Tall Pinus luzmariae trees with genes from P. herrerae

Christian Wehenkel; Samantha Del Rocío Mariscal-Lucero; M Socorro González-Elizondo; Víctor A Aguirre-Galindo; Matthias Fladung; Carlos A López-Sánchez

doi:10.7717/peerj.8648

Tall Pinus luzmariae trees with genes from P. herrerae

PeerJ. 2020 Feb 26:8:e8648. doi: 10.7717/peerj.8648. eCollection 2020.

Authors

Christian Wehenkel¹, Samantha Del Rocío Mariscal-Lucero^{1

2}, M Socorro González-Elizondo³, Víctor A Aguirre-Galindo¹, Matthias Fladung⁴, Carlos A López-Sánchez⁵

Affiliations

¹ Instituto de Silvicultura e Industria de la Madera, Universidad Juárez del Estado de Durango, Durango, Mexico.
² Instituto Tecnológico del Valle del Guadiana, Tecnológico Nacional de México, Durango, Mexico.
³ CIIDIR Durango, Instituto Politécnico Nacional, Durango, Mexico.
⁴ Thünen-Institute of Forest Genetics, Grosshansdorf, Germany.
⁵ Department of Organisms and Systems Biology, University of Oviedo, Polytechnic School of Mieres, Asturias, Spain.

Abstract

Context: Pinus herrerae and P. luzmariae are endemic to western Mexico, where they cover an area of more than 1 million hectares. Pinus herrerae is also cultivated in field trials in South Africa and South America, because of its considerable economic importance as a source of timber and resin. Seed quality, afforestation success and desirable traits may all be influenced by the presence of hybrid trees in seed stands.

Aims: We aimed to determine the degree of hybridization between P. herrerae and P. luzmariae in seed stands of each species located in the Sierra Madre Occidental, Durango, Mexico.

Methods: AFLP molecular markers from samples of 171 trees across five populations were analyzed with STRUCTURE and NewHybrids software to determine the degree of introgressive hybridization. The accuracy of STRUCTURE and NewHybrids in detecting hybrids was quantified using the software Hybridlab 1.0. Morphological analysis of 131 samples from two populations of P. herrerae and two populations of P. luzmariae was also conducted by Random Forest classification. The data were compared by Principal Coordinate Analysis (PCoA) in GenAlex 6.501.

Results: Hybridization between Pinus herrerae and P. luzmariae was observed in all seed stands under study and resulted in enhancement of desirable silvicultural traits in the latter species. In P. luzmariae, only about 16% molecularly detected hybrids correspond to those identified on a morphological basis. However, the morphology of P. herrerae is not consistent with the molecularly identified hybrids from one population and is only consistent with 3.3 of those from the other population.

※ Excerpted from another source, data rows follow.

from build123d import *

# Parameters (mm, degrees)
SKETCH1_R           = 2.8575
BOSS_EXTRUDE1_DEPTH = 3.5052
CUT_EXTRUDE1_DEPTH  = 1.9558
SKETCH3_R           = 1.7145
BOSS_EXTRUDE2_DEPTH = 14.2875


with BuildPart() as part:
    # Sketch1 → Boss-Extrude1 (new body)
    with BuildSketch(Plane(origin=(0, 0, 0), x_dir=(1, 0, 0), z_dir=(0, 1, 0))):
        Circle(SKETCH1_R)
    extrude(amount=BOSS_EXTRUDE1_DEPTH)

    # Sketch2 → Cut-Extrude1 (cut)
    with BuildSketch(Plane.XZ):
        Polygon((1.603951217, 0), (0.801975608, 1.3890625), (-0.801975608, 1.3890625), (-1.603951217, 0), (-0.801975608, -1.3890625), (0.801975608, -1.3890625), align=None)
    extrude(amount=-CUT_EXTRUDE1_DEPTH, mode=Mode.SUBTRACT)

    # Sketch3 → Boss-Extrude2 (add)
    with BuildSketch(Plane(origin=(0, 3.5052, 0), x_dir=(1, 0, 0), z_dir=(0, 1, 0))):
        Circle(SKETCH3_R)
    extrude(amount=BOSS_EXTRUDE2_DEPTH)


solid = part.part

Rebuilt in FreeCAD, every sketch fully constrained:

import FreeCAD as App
import Part
import Sketcher
from FreeCAD import Vector
Q = App.Units.Quantity


def add_polygon(sketch, points):
    """Adds a closed chain of lines whose ends are joined by coincident constraints."""
    first, n = sketch.GeometryCount, len(points)
    for a, b in zip(points, points[1:] + points[:1]):
        sketch.addGeometry(Part.LineSegment(App.Vector(*a, 0), App.Vector(*b, 0)), False)
    for i in range(n):
        sketch.addConstraint(Sketcher.Constraint("Coincident", first + i, 2, first + (i + 1) % n, 1))

doc = App.newDocument("Part")
body = doc.addObject("PartDesign::Body", "Body")

sketch1 = body.newObject("Sketcher::SketchObject", "Sketch")
sketch1.AttachmentSupport = (doc.getObject("XZ_Plane"), [""])
sketch1.MapMode = "FlatFace"
sketch1.addGeometry(Part.Circle(Vector(0, 0, 0), Vector(0, 0, 1), 2.8575), False)
sketch1.addConstraint([
    Sketcher.Constraint("Coincident", 0, 3, -1, 1),
    Sketcher.Constraint("Diameter", 0, Q("0.225 in")),
])
pad1 = body.newObject("PartDesign::Pad", "Pad")
pad1.Profile = sketch1
pad1.Length = Q("0.138 in")
pad1.Reversed = True

sketch2 = body.newObject("Sketcher::SketchObject", "Sketch001")
sketch2.AttachmentSupport = (doc.getObject("XZ_Plane"), [""])
sketch2.MapMode = "FlatFace"
add_polygon(sketch2, [(1.603951, 0), (0.801976, 1.389063), (-0.801976, 1.389063), (-1.603951, 0), (-0.801976, -1.389063), (0.801976, -1.389063)])
sketch2.addConstraint([
    Sketcher.Constraint("Horizontal", 1),
    Sketcher.Constraint("Horizontal", 4),
    Sketcher.Constraint("Symmetric", 0, 2, 3, 2, -1, 1),
    Sketcher.Constraint("Symmetric", 2, 2, 5, 2, -1, 1),
    Sketcher.Constraint("PointOnObject", 2, 2, -1),
    Sketcher.Constraint("Parallel", 2, 5),
    Sketcher.Constraint("Vertical", 1, 2, 3, 2),
    Sketcher.Constraint("Angle", 0, Q("120 deg")),
    Sketcher.Constraint("DistanceY", 3, 2, 1, 2, Q("0.109375 in")),
    Sketcher.Constraint("DistanceX", 1, 2, 1, 1, Q("1.603951 mm")),
])
pocket1 = body.newObject("PartDesign::Pocket", "Pocket")
pocket1.Profile = sketch2
pocket1.Length = Q("0.077 in")

sketch3 = body.newObject("Sketcher::SketchObject", "Sketch002")
sketch3.AttachmentSupport = (doc.getObject("XZ_Plane"), [""])
sketch3.MapMode = "FlatFace"
sketch3.AttachmentOffset = App.Placement(Vector(0, 0, -0.138 * 25.4), App.Rotation())
sketch3.addGeometry(Part.Circle(Vector(0, 0, 0), Vector(0, 0, 1), 1.7145), False)
sketch3.addConstraint([
    Sketcher.Constraint("Coincident", 0, 3, -1, 1),
    Sketcher.Constraint("Diameter", 0, Q("0.135 in")),
])
pad2 = body.newObject("PartDesign::Pad", "Pad001")
pad2.Profile = sketch3
pad2.Length = Q("0.5625 in")
pad2.Reversed = True

doc.recompute()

Conclusions: This is the first report of hybrid vigour (heterosis) in Mexican pines. Information about hybridization and introgression is essential for developing effective future breeding programs, successful establishment of plantations and management of natural forest stands. Understanding how natural hybridization may influence the evolution and adaptation of pines to climate change is a cornerstone to sustainable forest management including adaptive silviculture.

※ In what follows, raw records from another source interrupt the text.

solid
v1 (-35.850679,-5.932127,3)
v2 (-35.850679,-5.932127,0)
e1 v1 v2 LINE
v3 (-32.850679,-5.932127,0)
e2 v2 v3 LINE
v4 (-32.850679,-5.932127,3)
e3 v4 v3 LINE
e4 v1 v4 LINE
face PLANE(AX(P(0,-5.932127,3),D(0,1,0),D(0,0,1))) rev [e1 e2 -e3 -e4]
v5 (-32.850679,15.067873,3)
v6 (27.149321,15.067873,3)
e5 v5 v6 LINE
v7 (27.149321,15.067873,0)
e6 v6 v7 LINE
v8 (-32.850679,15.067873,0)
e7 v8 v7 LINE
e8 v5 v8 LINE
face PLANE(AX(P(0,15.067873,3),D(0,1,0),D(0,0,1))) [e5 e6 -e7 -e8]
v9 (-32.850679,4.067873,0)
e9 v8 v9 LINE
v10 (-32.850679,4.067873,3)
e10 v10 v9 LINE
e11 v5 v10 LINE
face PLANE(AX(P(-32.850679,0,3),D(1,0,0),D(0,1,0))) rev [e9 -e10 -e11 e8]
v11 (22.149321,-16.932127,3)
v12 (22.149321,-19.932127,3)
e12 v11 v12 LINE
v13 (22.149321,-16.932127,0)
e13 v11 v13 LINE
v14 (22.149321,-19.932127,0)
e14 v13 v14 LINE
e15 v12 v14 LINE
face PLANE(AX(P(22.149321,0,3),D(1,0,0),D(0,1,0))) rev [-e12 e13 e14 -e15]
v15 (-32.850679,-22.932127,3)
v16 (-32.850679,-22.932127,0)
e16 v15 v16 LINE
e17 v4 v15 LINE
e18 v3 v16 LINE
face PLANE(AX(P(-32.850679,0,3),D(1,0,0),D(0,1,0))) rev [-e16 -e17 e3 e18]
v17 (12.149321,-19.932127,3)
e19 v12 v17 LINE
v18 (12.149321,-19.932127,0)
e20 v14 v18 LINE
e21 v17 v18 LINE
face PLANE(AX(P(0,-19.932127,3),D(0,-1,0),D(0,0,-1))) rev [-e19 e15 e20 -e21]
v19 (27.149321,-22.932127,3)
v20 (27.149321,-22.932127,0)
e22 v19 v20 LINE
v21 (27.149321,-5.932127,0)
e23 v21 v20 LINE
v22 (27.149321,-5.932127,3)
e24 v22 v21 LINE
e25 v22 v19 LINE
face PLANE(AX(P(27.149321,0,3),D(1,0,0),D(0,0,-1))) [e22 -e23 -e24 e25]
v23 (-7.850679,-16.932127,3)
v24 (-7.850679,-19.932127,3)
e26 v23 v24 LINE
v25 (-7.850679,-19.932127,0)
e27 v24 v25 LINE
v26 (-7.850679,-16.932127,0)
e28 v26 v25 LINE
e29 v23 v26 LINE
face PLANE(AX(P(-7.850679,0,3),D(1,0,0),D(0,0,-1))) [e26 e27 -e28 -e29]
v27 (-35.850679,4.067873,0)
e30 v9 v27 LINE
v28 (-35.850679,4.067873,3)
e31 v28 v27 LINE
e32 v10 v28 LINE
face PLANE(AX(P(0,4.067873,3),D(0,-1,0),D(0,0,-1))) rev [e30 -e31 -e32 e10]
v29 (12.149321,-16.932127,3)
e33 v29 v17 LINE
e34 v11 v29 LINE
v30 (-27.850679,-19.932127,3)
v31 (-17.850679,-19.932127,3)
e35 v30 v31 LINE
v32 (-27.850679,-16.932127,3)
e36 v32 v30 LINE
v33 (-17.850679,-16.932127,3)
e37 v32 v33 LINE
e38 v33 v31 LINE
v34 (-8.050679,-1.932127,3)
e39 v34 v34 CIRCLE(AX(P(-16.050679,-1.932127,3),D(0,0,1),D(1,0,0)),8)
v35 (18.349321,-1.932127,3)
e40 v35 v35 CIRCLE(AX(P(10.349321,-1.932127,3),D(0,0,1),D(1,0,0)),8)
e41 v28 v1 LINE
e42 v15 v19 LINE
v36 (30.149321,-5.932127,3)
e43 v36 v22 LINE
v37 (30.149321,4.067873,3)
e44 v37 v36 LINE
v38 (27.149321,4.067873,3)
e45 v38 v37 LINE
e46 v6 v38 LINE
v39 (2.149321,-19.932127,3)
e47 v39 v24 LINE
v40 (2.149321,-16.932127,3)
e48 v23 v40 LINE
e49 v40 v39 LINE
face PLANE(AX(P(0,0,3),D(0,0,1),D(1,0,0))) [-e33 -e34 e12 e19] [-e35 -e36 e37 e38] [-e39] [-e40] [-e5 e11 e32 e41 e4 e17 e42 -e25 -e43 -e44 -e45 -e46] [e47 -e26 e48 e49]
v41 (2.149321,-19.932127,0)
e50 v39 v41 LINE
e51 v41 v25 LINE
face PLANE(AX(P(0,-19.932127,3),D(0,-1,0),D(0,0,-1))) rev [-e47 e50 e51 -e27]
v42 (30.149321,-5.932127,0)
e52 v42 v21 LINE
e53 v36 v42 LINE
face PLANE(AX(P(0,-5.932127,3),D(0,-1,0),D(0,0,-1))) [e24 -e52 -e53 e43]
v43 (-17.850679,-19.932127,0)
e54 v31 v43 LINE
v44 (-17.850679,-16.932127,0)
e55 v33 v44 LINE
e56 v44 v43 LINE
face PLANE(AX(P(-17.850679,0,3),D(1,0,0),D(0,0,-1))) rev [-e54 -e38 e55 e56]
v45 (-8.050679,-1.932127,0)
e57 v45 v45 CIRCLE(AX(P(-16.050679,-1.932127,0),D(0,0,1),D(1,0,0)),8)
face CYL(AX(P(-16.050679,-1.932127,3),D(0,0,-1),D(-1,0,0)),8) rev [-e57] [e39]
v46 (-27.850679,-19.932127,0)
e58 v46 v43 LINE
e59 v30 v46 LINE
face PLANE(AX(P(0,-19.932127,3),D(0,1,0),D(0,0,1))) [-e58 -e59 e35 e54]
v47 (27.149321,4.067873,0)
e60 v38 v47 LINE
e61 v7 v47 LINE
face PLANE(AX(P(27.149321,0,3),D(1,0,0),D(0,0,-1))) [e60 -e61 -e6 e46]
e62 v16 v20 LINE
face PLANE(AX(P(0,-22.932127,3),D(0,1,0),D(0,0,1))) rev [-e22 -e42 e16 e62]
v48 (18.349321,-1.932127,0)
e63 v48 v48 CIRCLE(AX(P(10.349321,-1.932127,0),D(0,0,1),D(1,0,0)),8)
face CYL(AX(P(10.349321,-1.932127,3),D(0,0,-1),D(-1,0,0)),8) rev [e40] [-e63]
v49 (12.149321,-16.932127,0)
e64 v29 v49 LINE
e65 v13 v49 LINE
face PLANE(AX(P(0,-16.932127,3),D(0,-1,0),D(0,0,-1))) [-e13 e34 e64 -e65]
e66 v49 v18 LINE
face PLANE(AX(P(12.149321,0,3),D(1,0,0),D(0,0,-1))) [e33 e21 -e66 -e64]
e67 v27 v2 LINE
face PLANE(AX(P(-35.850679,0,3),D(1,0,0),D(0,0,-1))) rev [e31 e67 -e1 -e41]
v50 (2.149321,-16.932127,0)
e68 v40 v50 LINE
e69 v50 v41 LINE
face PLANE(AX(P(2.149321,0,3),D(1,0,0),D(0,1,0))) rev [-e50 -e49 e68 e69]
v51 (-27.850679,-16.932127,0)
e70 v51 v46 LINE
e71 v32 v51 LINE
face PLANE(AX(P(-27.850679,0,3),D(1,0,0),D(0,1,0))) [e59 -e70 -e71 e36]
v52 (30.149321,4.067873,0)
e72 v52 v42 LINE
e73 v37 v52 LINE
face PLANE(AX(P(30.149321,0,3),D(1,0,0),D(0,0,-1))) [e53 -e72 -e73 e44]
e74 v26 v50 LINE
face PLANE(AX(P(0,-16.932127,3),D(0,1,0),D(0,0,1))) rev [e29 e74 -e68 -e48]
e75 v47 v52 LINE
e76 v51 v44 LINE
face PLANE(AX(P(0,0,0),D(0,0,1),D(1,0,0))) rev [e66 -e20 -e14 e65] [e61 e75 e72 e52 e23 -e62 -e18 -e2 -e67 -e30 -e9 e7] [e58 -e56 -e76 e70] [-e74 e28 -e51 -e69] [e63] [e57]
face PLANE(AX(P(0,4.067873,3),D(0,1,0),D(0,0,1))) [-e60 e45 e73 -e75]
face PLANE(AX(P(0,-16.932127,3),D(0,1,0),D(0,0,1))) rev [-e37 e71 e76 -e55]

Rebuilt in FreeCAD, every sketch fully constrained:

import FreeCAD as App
import Part
import Sketcher

V = App.Vector

doc = App.newDocument("Part")
params = doc.addObject("Spreadsheet::Sheet", "Params")
for row, (alias, value) in enumerate([
    ("sketch1_diameter", "16 mm"),
    ("sketch1_width", "60 mm"),
    ("sketch1_width2", "3 mm"),
    ("sketch1_width3", "10 mm"),
    ("sketch1_height", "17 mm"),
    ("pad1_length", "3 mm"),
], start=1):
    params.set(f"A{row}", alias)
    params.set(f"B{row}", "=" + value)
    params.setAlias(f"B{row}", alias)

body = doc.addObject("PartDesign::Body", "Body")

# Sketch on XY plane
sketch1 = body.newObject("Sketcher::SketchObject", "Sketch")
sketch1.AttachmentSupport = (doc.getObject("XY_Plane"), [""])
sketch1.MapMode = "FlatFace"
sketch1.addGeometry([
    Part.LineSegment(V(-32.9, -5.9, 0), V(-32.9, -22.9, 0)),  # 0
    Part.LineSegment(V(-32.9, -22.9, 0), V(27.1, -22.9, 0)),  # 1
    Part.LineSegment(V(27.1, -22.9, 0), V(27.1, -5.9, 0)),  # 2
    Part.LineSegment(V(27.1, -5.9, 0), V(30.1, -5.9, 0)),  # 3
    Part.LineSegment(V(30.1, -5.9, 0), V(30.1, 4.1, 0)),  # 4
    Part.LineSegment(V(30.1, 4.1, 0), V(27.1, 4.1, 0)),  # 5
    Part.LineSegment(V(27.1, 4.1, 0), V(27.1, 15.1, 0)),  # 6
    Part.LineSegment(V(27.1, 15.1, 0), V(-32.9, 15.1, 0)),  # 7
    Part.LineSegment(V(-32.9, 15.1, 0), V(-32.9, 4.1, 0)),  # 8
    Part.LineSegment(V(-32.9, 4.1, 0), V(-35.9, 4.1, 0)),  # 9
    Part.LineSegment(V(-35.9, 4.1, 0), V(-35.9, -5.9, 0)),  # 10
    Part.LineSegment(V(-35.9, -5.9, 0), V(-32.9, -5.9, 0)),  # 11
    Part.LineSegment(V(-17.9, -19.9, 0), V(-27.9, -19.9, 0)),  # 12
    Part.LineSegment(V(-27.9, -19.9, 0), V(-27.9, -16.9, 0)),  # 13
    Part.LineSegment(V(-27.9, -16.9, 0), V(-17.9, -16.9, 0)),  # 14
    Part.LineSegment(V(-17.9, -16.9, 0), V(-17.9, -19.9, 0)),  # 15
    Part.LineSegment(V(2.1, -19.9, 0), V(-7.9, -19.9, 0)),  # 16
    Part.LineSegment(V(-7.9, -19.9, 0), V(-7.9, -16.9, 0)),  # 17
    Part.LineSegment(V(-7.9, -16.9, 0), V(2.1, -16.9, 0)),  # 18
    Part.LineSegment(V(2.1, -16.9, 0), V(2.1, -19.9, 0)),  # 19
    Part.LineSegment(V(22.1, -19.9, 0), V(12.1, -19.9, 0)),  # 20
    Part.LineSegment(V(12.1, -19.9, 0), V(12.1, -16.9, 0)),  # 21
    Part.LineSegment(V(12.1, -16.9, 0), V(22.1, -16.9, 0)),  # 22
    Part.LineSegment(V(22.1, -16.9, 0), V(22.1, -19.9, 0)),  # 23
    Part.Circle(V(-16.1, -1.9, 0), V(0, 0, 1), 8),  # 24
    Part.Circle(V(10.3, -1.9, 0), V(0, 0, 1), 8),  # 25
], False)
sketch1.addConstraint([
    Sketcher.Constraint("Coincident", 0, 2, 1, 1),
    Sketcher.Constraint("Coincident", 1, 2, 2, 1),
    Sketcher.Constraint("Coincident", 2, 2, 3, 1),
    Sketcher.Constraint("Coincident", 3, 2, 4, 1),
    Sketcher.Constraint("Coincident", 4, 2, 5, 1),
    Sketcher.Constraint("Coincident", 5, 2, 6, 1),
    Sketcher.Constraint("Coincident", 6, 2, 7, 1),
    Sketcher.Constraint("Coincident", 7, 2, 8, 1),
    Sketcher.Constraint("Coincident", 8, 2, 9, 1),
    Sketcher.Constraint("Coincident", 9, 2, 10, 1),
    Sketcher.Constraint("Coincident", 10, 2, 11, 1),
    Sketcher.Constraint("Coincident", 11, 2, 0, 1),
    Sketcher.Constraint("Coincident", 12, 2, 13, 1),
    Sketcher.Constraint("Coincident", 13, 2, 14, 1),
    Sketcher.Constraint("Coincident", 14, 2, 15, 1),
    Sketcher.Constraint("Coincident", 15, 2, 12, 1),
    Sketcher.Constraint("Coincident", 16, 2, 17, 1),
    Sketcher.Constraint("Coincident", 17, 2, 18, 1),
    Sketcher.Constraint("Coincident", 18, 2, 19, 1),
    Sketcher.Constraint("Coincident", 19, 2, 16, 1),
    Sketcher.Constraint("Coincident", 20, 2, 21, 1),
    Sketcher.Constraint("Coincident", 21, 2, 22, 1),
    Sketcher.Constraint("Coincident", 22, 2, 23, 1),
    Sketcher.Constraint("Coincident", 23, 2, 20, 1),
    Sketcher.Constraint("Vertical", 0),
    Sketcher.Constraint("Horizontal", 1),
    Sketcher.Constraint("Vertical", 2),
    Sketcher.Constraint("Horizontal", 3),
    Sketcher.Constraint("Vertical", 4),
    Sketcher.Constraint("Horizontal", 5),
    Sketcher.Constraint("Vertical", 6),
    Sketcher.Constraint("Horizontal", 7),
    Sketcher.Constraint("Vertical", 8),
    Sketcher.Constraint("Horizontal", 9),
    Sketcher.Constraint("Vertical", 10),
    Sketcher.Constraint("Horizontal", 11),
    Sketcher.Constraint("Horizontal", 12),
    Sketcher.Constraint("Vertical", 13),
    Sketcher.Constraint("Horizontal", 14),
    Sketcher.Constraint("Vertical", 15),
    Sketcher.Constraint("Horizontal", 16),
    Sketcher.Constraint("Vertical", 17),
    Sketcher.Constraint("Horizontal", 18),
    Sketcher.Constraint("Vertical", 19),
    Sketcher.Constraint("Horizontal", 20),
    Sketcher.Constraint("Vertical", 21),
    Sketcher.Constraint("Horizontal", 22),
    Sketcher.Constraint("Vertical", 23),
    Sketcher.Constraint("Equal", 24, 25),
    Sketcher.Constraint("Horizontal", 24, 3, 25, 3),
    Sketcher.Constraint("Horizontal", 5, 2, 8, 2),
    Sketcher.Constraint("Horizontal", 3, 2, 10, 2),
    Sketcher.Constraint("Horizontal", 15, 2, 16, 2),
    Sketcher.Constraint("Horizontal", 14, 2, 17, 2),
    Sketcher.Constraint("Horizontal", 19, 2, 20, 2),
    Sketcher.Constraint("Horizontal", 18, 2, 21, 2),
    Sketcher.Constraint("Vertical", 2, 2, 5, 2),
    Sketcher.Constraint("Vertical", 0, 2, 7, 2),
    Sketcher.Constraint("Equal", 5, 9),
    Sketcher.Constraint("Equal", 14, 16),
    Sketcher.Constraint("Equal", 18, 20),
    Sketcher.Constraint("Equal", 22, 4),
    Sketcher.Constraint("Equal", 11, 13),
    Sketcher.Constraint("Diameter", 24, 16.0),
    Sketcher.Constraint("DistanceX", 1, 1, 1, 2, 60.0),
    Sketcher.Constraint("DistanceX", 3, 1, 3, 2, 3.0),
    Sketcher.Constraint("DistanceX", 12, 2, 12, 1, 10.0),
    Sketcher.Constraint("DistanceY", 0, 2, 0, 1, 17.0),
    Sketcher.Constraint("DistanceY", 6, 1, 6, 2, 11.0),
    Sketcher.Constraint("DistanceY", 0, 2, 24, 3, 21.0),
    Sketcher.Constraint("DistanceX", 0, 2, 12, 2, 5.0),
    Sketcher.Constraint("DistanceY", 0, 2, 12, 2, 3.0),
    Sketcher.Constraint("DistanceX", 15, 2, 16, 2, 10.0),
    Sketcher.Constraint("DistanceX", 19, 2, 20, 2, 10.0),
    Sketcher.Constraint("DistanceX", 24, 3, 25, 3, 26.4),
    Sketcher.Constraint("DistanceX", 0, 2, 24, 3, 16.8),
    Sketcher.Constraint("DistanceX", 24, 3, -1, 1, 16.050679),
    Sketcher.Constraint("DistanceY", 24, 3, -1, 1, 1.932127),
])
sketch1.setExpression("Constraints[63]", "Params.sketch1_diameter")
sketch1.setExpression("Constraints[64]", "Params.sketch1_width")
sketch1.setExpression("Constraints[65]", "Params.sketch1_width2")
sketch1.setExpression("Constraints[66]", "Params.sketch1_width3")
sketch1.setExpression("Constraints[67]", "Params.sketch1_height")
pad1 = body.newObject("PartDesign::Pad", "Pad")
pad1.Profile = sketch1
pad1.setExpression("Length", "Params.pad1_length")

doc.recompute()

Keywords: AFLP; Adaptive silviculture; Australes; Interspecific hybrids; Monitoring; NewHybrids; Random Forest; STRUCTURE; Tree breeding; Tree species.

Grants and funding

This work was supported by CONAFOR, Mexico. The funders had no role in study design, data collection and analysis, decision to publish, or preparation of the manuscript.